Kejagung Usut Kasus Zarof Ricar, Cara Modern Memburu Aset Koruptor

Kejagung Usut Kasus Zarof Ricar, Cara Modern Memburu Aset Koruptor

Nasional | okezone | Minggu, 26 April 2026 - 22:02
share

JAKARTA — Kejaksaan Agung (Kejagung) terus menelusuri aset milik mantan pejabat Mahkamah Agung (MA) Zarof Ricar sebagai bagian dari upaya mengembalikan kerugian negara akibat tindak pidana korupsi. Langkah ini dianggap sebagai pendekatan modern dalam penegakan hukum.

Upaya tersebut dilakukan dengan mengoptimalkan pelacakan terhadap harta yang diduga berasal dari hasil kejahatan. Penelusuran ini menjadi penting agar aset yang tersembunyi tetap bisa diungkap dan dikembalikan ke negara.

Direktur Penyidikan Jaksa Agung Muda Tindak Pidana Khusus, Syarief Sulaeman Nahdi, menyatakan bahwa penyidik masih terus memburu aset milik Zarof Ricar. Dugaan adanya harta yang belum terungkap didasarkan pada dokumen-dokumen yang telah diamankan.

Menurutnya, terdapat indikasi sebagian aset disembunyikan melalui berbagai cara atau menggunakan sejumlah paper company.
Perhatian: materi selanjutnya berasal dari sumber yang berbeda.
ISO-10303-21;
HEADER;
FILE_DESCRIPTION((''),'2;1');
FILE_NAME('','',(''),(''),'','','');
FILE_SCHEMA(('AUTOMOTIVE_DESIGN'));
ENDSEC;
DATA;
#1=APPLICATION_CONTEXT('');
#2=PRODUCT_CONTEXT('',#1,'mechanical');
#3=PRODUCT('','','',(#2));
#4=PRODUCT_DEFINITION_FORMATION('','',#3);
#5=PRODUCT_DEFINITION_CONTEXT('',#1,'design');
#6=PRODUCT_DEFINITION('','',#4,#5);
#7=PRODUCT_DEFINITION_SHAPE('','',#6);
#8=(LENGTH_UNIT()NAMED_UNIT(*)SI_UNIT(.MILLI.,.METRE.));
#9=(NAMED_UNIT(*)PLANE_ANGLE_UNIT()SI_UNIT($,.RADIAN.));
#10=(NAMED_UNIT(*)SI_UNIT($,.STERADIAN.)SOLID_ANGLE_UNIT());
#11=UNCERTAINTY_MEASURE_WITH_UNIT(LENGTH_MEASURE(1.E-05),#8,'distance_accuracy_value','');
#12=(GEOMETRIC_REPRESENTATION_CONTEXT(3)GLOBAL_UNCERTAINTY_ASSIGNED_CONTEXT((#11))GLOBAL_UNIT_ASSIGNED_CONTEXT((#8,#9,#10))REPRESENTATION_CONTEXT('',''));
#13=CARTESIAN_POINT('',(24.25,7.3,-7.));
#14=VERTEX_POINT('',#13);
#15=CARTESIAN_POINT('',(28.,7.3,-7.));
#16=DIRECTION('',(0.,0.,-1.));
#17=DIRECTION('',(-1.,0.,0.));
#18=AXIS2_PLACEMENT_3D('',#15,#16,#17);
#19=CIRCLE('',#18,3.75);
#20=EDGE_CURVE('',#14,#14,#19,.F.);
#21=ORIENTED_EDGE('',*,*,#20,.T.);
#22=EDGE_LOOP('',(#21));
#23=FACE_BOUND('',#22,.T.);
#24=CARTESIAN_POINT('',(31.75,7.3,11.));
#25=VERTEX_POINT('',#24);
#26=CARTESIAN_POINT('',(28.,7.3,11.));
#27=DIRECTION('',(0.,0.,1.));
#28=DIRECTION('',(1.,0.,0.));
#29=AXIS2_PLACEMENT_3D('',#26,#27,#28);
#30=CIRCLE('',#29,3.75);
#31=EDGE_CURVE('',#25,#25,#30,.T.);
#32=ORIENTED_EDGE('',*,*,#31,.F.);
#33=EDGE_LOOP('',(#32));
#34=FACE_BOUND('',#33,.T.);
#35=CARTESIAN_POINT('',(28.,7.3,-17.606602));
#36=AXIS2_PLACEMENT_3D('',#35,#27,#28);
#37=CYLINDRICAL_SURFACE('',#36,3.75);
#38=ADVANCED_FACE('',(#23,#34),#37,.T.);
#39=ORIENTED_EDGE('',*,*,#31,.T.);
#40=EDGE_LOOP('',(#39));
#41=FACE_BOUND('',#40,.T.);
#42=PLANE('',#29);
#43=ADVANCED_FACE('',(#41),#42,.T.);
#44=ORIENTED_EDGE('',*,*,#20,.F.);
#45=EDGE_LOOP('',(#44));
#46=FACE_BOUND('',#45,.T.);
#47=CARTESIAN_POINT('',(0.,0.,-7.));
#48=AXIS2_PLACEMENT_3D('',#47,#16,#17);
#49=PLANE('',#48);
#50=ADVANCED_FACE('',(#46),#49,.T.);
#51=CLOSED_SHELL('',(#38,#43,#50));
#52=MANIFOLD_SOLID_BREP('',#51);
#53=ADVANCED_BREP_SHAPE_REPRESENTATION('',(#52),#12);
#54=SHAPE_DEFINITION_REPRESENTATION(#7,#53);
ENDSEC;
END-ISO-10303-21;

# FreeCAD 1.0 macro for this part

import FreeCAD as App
import Part
import Sketcher
from FreeCAD import Vector

doc = App.newDocument("Part")
params = doc.addObject("Spreadsheet::Sheet", "Params")
for row, (alias, value) in enumerate([
    ("sketch1_diameter", "7.5 mm"),
    ("pad1_length", "17 mm"),
    ("pad1_length2", "1 mm"),
], start=1):
    params.set(f"A{row}", alias)
    params.set(f"B{row}", "=" + value)
    params.setAlias(f"B{row}", alias)

body = doc.addObject("PartDesign::Body", "Body")

# Sketch on XY plane
sketch1 = doc.addObject("Sketcher::SketchObject", "Sketch")
body.addObject(sketch1)
sketch1.AttachmentSupport = (doc.XY_Plane, [""])
sketch1.MapMode = "FlatFace"
sketch1.AttachmentOffset = App.Placement(Vector(0, 0, -6), App.Rotation())
sketch1.addGeometry(Part.Circle(Vector(28, 7.3, 0), Vector(0, 0, 1), 3.8), False)
sketch1.addConstraint([
    Sketcher.Constraint("Diameter", 0, 7.5),
    Sketcher.Constraint("DistanceX", -1, 1, 0, 3, 28.0),
    Sketcher.Constraint("DistanceY", -1, 1, 0, 3, 7.3),
])
sketch1.setExpression("Constraints[0]", "Params.sketch1_diameter")
pad1 = doc.addObject("PartDesign::Pad", "Pad")
body.addObject(pad1)
pad1.Profile = sketch1
pad1.Type = "TwoLengths"
pad1.setExpression("Length", "Params.pad1_length")
pad1.setExpression("Length2", "Params.pad1_length2")

doc.recompute()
Salah satunya dengan menggunakan perusahaan cangkang untuk menutupi asal-usul kekayaan tersebut.

Penyidik sebelumnya telah menemukan keberadaan perusahaan cangkang diduga milik Zarof Ricar. “Tim Penyidik Pidana Khusus Kejaksaan Agung berhasil menemukan Shadow Company atau perusahaan hantu atau bayangan,” katanya.

Sementara pakar hukum Universitas Jenderal Soedirman Hibnu Nugroho, menilai langkah Kejagung ini sebagai bagian dari upaya optimalisasi perampasan aset korupsi. 
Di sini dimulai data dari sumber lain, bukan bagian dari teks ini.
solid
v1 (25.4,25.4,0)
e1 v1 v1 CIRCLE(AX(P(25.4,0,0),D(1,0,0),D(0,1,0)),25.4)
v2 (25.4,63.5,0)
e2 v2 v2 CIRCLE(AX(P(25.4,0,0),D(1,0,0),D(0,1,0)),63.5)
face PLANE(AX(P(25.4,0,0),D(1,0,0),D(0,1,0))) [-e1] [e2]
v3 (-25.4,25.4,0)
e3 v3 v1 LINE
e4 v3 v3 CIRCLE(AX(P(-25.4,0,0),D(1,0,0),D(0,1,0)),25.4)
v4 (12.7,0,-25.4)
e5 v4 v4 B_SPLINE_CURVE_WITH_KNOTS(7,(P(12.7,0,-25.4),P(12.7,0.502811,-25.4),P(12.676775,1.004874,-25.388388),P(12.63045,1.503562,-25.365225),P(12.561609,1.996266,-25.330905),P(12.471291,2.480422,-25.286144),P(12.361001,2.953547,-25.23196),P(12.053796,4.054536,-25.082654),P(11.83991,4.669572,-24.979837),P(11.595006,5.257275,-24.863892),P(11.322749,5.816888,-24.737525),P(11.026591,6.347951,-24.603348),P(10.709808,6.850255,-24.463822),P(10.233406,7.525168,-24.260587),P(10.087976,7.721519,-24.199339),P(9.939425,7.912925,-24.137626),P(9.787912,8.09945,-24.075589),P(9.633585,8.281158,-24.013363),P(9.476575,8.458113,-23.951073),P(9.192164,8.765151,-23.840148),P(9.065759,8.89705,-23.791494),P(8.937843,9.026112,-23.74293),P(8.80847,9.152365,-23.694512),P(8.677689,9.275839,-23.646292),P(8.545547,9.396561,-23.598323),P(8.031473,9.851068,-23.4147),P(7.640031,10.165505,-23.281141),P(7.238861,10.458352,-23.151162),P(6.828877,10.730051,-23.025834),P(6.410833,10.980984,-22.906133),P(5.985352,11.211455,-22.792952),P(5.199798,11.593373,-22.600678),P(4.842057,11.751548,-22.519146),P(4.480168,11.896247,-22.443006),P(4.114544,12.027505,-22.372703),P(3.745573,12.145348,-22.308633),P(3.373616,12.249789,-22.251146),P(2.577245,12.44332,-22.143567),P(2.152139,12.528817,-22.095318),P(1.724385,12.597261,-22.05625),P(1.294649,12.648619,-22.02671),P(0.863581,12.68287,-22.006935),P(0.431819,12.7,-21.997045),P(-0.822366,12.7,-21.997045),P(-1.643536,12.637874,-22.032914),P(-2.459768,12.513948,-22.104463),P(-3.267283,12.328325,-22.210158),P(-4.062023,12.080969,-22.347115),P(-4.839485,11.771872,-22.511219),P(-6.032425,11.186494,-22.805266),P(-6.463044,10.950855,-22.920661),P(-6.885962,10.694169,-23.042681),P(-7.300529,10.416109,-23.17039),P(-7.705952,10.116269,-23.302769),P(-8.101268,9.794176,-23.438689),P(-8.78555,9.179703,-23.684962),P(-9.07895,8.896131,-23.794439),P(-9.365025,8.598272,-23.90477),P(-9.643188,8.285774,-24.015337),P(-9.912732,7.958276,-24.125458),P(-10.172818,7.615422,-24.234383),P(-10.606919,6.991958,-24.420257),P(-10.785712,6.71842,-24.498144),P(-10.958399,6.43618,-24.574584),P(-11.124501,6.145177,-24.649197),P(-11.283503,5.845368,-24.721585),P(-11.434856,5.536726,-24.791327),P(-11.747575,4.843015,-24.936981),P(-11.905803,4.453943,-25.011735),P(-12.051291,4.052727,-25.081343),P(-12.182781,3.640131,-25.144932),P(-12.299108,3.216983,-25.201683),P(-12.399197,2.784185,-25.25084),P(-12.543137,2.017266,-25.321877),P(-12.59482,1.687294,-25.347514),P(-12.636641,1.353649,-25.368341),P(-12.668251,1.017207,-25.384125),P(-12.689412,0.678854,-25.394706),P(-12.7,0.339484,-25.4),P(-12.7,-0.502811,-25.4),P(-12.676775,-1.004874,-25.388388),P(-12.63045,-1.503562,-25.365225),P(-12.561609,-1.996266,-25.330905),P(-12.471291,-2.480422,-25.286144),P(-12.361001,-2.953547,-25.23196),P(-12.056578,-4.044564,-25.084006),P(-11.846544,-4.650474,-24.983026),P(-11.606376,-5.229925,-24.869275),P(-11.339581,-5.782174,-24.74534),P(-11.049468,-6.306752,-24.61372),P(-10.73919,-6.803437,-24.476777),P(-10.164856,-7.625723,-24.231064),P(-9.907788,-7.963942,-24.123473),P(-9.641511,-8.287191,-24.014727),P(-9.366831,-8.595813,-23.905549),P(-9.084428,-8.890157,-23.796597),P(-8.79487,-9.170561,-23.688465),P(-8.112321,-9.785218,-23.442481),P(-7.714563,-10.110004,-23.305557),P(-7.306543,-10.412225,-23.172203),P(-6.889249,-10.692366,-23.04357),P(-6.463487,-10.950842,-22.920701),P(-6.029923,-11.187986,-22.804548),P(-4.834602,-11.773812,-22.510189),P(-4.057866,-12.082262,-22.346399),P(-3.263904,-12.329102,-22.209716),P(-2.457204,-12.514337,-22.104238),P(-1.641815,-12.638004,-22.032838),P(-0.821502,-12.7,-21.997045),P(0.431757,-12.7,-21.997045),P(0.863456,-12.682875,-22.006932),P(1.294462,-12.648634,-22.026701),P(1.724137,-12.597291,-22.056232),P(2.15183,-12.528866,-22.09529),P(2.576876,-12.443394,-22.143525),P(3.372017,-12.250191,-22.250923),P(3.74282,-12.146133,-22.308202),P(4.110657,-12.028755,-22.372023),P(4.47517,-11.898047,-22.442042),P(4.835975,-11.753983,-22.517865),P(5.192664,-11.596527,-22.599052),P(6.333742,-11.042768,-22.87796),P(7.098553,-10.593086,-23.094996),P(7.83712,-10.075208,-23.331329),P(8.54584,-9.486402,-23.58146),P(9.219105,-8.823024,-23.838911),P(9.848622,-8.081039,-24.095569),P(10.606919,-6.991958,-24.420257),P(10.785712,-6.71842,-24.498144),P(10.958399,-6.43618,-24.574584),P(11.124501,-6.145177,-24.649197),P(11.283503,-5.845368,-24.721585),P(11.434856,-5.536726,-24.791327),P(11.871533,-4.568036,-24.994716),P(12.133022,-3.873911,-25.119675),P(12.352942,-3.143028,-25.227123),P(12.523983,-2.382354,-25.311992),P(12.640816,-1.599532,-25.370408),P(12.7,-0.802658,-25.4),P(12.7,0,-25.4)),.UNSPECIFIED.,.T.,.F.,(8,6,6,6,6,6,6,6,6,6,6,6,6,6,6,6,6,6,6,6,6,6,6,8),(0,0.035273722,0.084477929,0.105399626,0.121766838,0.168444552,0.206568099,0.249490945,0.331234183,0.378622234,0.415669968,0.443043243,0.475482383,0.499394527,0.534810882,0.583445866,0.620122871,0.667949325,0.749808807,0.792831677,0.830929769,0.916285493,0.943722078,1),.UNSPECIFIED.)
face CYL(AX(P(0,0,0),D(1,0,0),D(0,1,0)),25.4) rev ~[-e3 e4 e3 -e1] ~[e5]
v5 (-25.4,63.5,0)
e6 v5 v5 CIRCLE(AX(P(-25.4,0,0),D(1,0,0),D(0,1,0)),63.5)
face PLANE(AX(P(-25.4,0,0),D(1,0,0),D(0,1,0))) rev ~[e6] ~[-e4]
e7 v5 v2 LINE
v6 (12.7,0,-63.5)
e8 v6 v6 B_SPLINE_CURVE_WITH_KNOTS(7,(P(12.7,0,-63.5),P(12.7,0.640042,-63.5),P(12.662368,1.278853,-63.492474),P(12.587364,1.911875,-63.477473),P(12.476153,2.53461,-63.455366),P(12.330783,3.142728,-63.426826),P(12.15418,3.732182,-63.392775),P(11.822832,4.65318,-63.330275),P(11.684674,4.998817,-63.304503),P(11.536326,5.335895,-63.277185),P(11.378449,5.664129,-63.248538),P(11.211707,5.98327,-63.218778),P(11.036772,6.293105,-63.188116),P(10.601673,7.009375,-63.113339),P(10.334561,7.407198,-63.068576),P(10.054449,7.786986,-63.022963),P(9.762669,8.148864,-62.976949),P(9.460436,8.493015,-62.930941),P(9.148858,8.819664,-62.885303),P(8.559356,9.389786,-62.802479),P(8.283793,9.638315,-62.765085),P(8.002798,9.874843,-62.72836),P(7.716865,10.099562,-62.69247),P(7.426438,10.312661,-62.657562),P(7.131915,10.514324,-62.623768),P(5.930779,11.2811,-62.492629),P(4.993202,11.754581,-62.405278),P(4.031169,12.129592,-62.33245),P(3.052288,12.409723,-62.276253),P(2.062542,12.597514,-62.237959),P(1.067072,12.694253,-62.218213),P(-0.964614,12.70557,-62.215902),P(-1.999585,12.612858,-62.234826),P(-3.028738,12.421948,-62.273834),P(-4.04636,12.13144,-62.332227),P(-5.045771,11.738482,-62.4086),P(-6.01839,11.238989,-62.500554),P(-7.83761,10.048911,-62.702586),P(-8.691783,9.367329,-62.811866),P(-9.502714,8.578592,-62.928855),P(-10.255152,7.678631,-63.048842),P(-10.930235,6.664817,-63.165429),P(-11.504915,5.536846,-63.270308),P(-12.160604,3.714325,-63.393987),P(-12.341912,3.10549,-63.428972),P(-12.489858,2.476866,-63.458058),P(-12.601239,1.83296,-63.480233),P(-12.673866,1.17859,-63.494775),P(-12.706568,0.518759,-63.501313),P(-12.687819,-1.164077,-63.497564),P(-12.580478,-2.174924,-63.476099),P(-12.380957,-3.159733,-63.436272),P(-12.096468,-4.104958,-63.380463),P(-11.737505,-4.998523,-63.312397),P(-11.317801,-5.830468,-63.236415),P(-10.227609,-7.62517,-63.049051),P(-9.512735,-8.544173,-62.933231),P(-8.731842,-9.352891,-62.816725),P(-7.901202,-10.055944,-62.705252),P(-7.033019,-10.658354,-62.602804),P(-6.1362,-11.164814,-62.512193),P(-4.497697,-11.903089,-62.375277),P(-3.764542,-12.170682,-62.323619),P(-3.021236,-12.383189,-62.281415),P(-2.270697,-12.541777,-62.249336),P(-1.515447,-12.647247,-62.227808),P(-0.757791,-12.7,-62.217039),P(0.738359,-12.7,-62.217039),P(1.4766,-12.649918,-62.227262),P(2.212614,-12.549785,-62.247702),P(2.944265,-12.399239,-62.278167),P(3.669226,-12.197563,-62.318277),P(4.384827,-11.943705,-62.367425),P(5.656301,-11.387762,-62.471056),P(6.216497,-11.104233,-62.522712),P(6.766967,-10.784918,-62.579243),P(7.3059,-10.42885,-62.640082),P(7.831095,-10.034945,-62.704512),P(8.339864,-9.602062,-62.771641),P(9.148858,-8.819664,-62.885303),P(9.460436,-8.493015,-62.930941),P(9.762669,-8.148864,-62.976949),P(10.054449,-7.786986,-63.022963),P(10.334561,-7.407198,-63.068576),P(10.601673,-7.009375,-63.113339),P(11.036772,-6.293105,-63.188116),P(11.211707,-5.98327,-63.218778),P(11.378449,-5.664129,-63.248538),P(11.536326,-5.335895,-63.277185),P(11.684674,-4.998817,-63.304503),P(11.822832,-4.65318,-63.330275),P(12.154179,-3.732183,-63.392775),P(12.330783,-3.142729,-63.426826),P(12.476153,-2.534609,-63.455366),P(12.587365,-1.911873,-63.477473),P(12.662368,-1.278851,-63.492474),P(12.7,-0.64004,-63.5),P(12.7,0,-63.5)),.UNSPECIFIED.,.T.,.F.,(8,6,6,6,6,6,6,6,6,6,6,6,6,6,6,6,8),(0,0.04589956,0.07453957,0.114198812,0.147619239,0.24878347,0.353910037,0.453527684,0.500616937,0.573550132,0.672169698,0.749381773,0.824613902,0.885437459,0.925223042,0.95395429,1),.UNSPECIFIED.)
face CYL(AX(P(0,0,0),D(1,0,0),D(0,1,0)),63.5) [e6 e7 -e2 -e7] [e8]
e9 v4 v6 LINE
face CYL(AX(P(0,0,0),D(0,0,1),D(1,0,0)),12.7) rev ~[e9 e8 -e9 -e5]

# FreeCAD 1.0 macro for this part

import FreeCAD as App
import Part
import Sketcher
Q = App.Units.Quantity

doc = App.newDocument("Part")
params = doc.addObject("Spreadsheet::Sheet", "Params")
for row, (alias, value) in enumerate([
    ("sketch1_diameter", "5 in"),
    ("pad1_length", "2 in"),
    ("sketch2_diameter", "1 in"),
    ("pocket1_length", "3 in"),
    ("sketch3_diameter", "2 in"),
    ("pocket2_length", "2.5 in"),
], start=1):
    params.set(f"A{row}", alias)
    params.set(f"B{row}", "=" + value)
    params.setAlias(f"B{row}", alias)

body = doc.addObject("PartDesign::Body", "Body")

sketch1 = doc.addObject("Sketcher::SketchObject", "Sketch")
body.addObject(sketch1)
sketch1.AttachmentSupport = (doc.YZ_Plane, [""])
sketch1.MapMode = "FlatFace"
sketch1.addGeometry(Part.Circle(App.Vector(0, 0, 0), App.Vector(0, 0, 1), 64), False)
sketch1.addConstraint([
    Sketcher.Constraint("Coincident", 0, 3, -1, 1),
    Sketcher.Constraint("Diameter", 0, Q("5 in")),
])
sketch1.setExpression("Constraints[1]", "Params.sketch1_diameter")
pad1 = doc.addObject("PartDesign::Pad", "Pad")
body.addObject(pad1)
pad1.Profile = sketch1
pad1.setExpression("Length", "Params.pad1_length")
pad1.Midplane = True

sketch2 = doc.addObject("Sketcher::SketchObject", "Sketch001")
body.addObject(sketch2)
sketch2.AttachmentSupport = (doc.XY_Plane, [""])
sketch2.MapMode = "FlatFace"
sketch2.addGeometry(Part.Circle(App.Vector(0, 0, 0), App.Vector(0, 0, 1), 13), False)
sketch2.addConstraint([
    Sketcher.Constraint("Coincident", 0, 3, -1, 1),
    Sketcher.Constraint("Diameter", 0, Q("1 in")),
])
sketch2.setExpression("Constraints[1]", "Params.sketch2_diameter")
pocket1 = doc.addObject("PartDesign::Pocket", "Pocket")
body.addObject(pocket1)
pocket1.Profile = sketch2
pocket1.setExpression("Length", "Params.pocket1_length")

sketch3 = doc.addObject("Sketcher::SketchObject", "Sketch002")
body.addObject(sketch3)
sketch3.AttachmentSupport = (doc.YZ_Plane, [""])
sketch3.MapMode = "FlatFace"
sketch3.addGeometry(Part.Circle(App.Vector(0, 0, 0), App.Vector(0, 0, 1), 25), False)
sketch3.addConstraint([
    Sketcher.Constraint("Coincident", 0, 3, -1, 1),
    Sketcher.Constraint("Diameter", 0, Q("2 in")),
])
sketch3.setExpression("Constraints[1]", "Params.sketch3_diameter")
pocket2 = doc.addObject("PartDesign::Pocket", "Pocket001")
body.addObject(pocket2)
pocket2.Profile = sketch3
pocket2.setExpression("Length", "Params.pocket2_length")
pocket2.Midplane = True

doc.recompute()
“Jadi sebelum UU Perampasan Aset ini diterbitkan, Kejagung sudah mulai mengejar secara maksimal pengembalian kerugian negara. Saya kira ini langkah yang bagus,” ujarnya, dikutip Minggu (26/4/2026).

Dalam perkara kasus suap pengaturan vonis bebas Ronald Tannur, Zarof Ricar dijatuhi hukuman 18 tahun penjara oleh pengadilan tingkat banding setelah sebelumnya divonis 15 tahun penjara oleh Pengadilan Negeri (PN) Surabaya.

Penyidik Jampidsus Kejagung terus mengusut terkait sumber dana dan aset lainnya melalui perkara tindak pidana pencucian uang (TPPU). Dari proses tersebut, ditemukan perusahaan bayangan yang didirikan tersangka AW bersama Zarof sebagai tempat penampungan dana.

Menurut Hibnu, pentingnya penelusuran aliran dana dalam kasus korupsi. “Tidak hanya menyelesaikan tindak pidananya, tetapi juga mengejar sampai kemana uang itu mengalir atau money laundringnya. Karena banyak tersangka korupsi melakukan pencucian uang,” ujarnya.

Ia pun menilai langkah Kejagung sebagai penegakan hukum modern, yang tidak hanya mengejar pelaku. Namun, juga sampai di mana uang korupsi ini dilarikan. 

"Kalau perlu sampai ke para pelaku pasif, yaitu mereka yang menerima uang aliran tidak secara langsung,” katanya.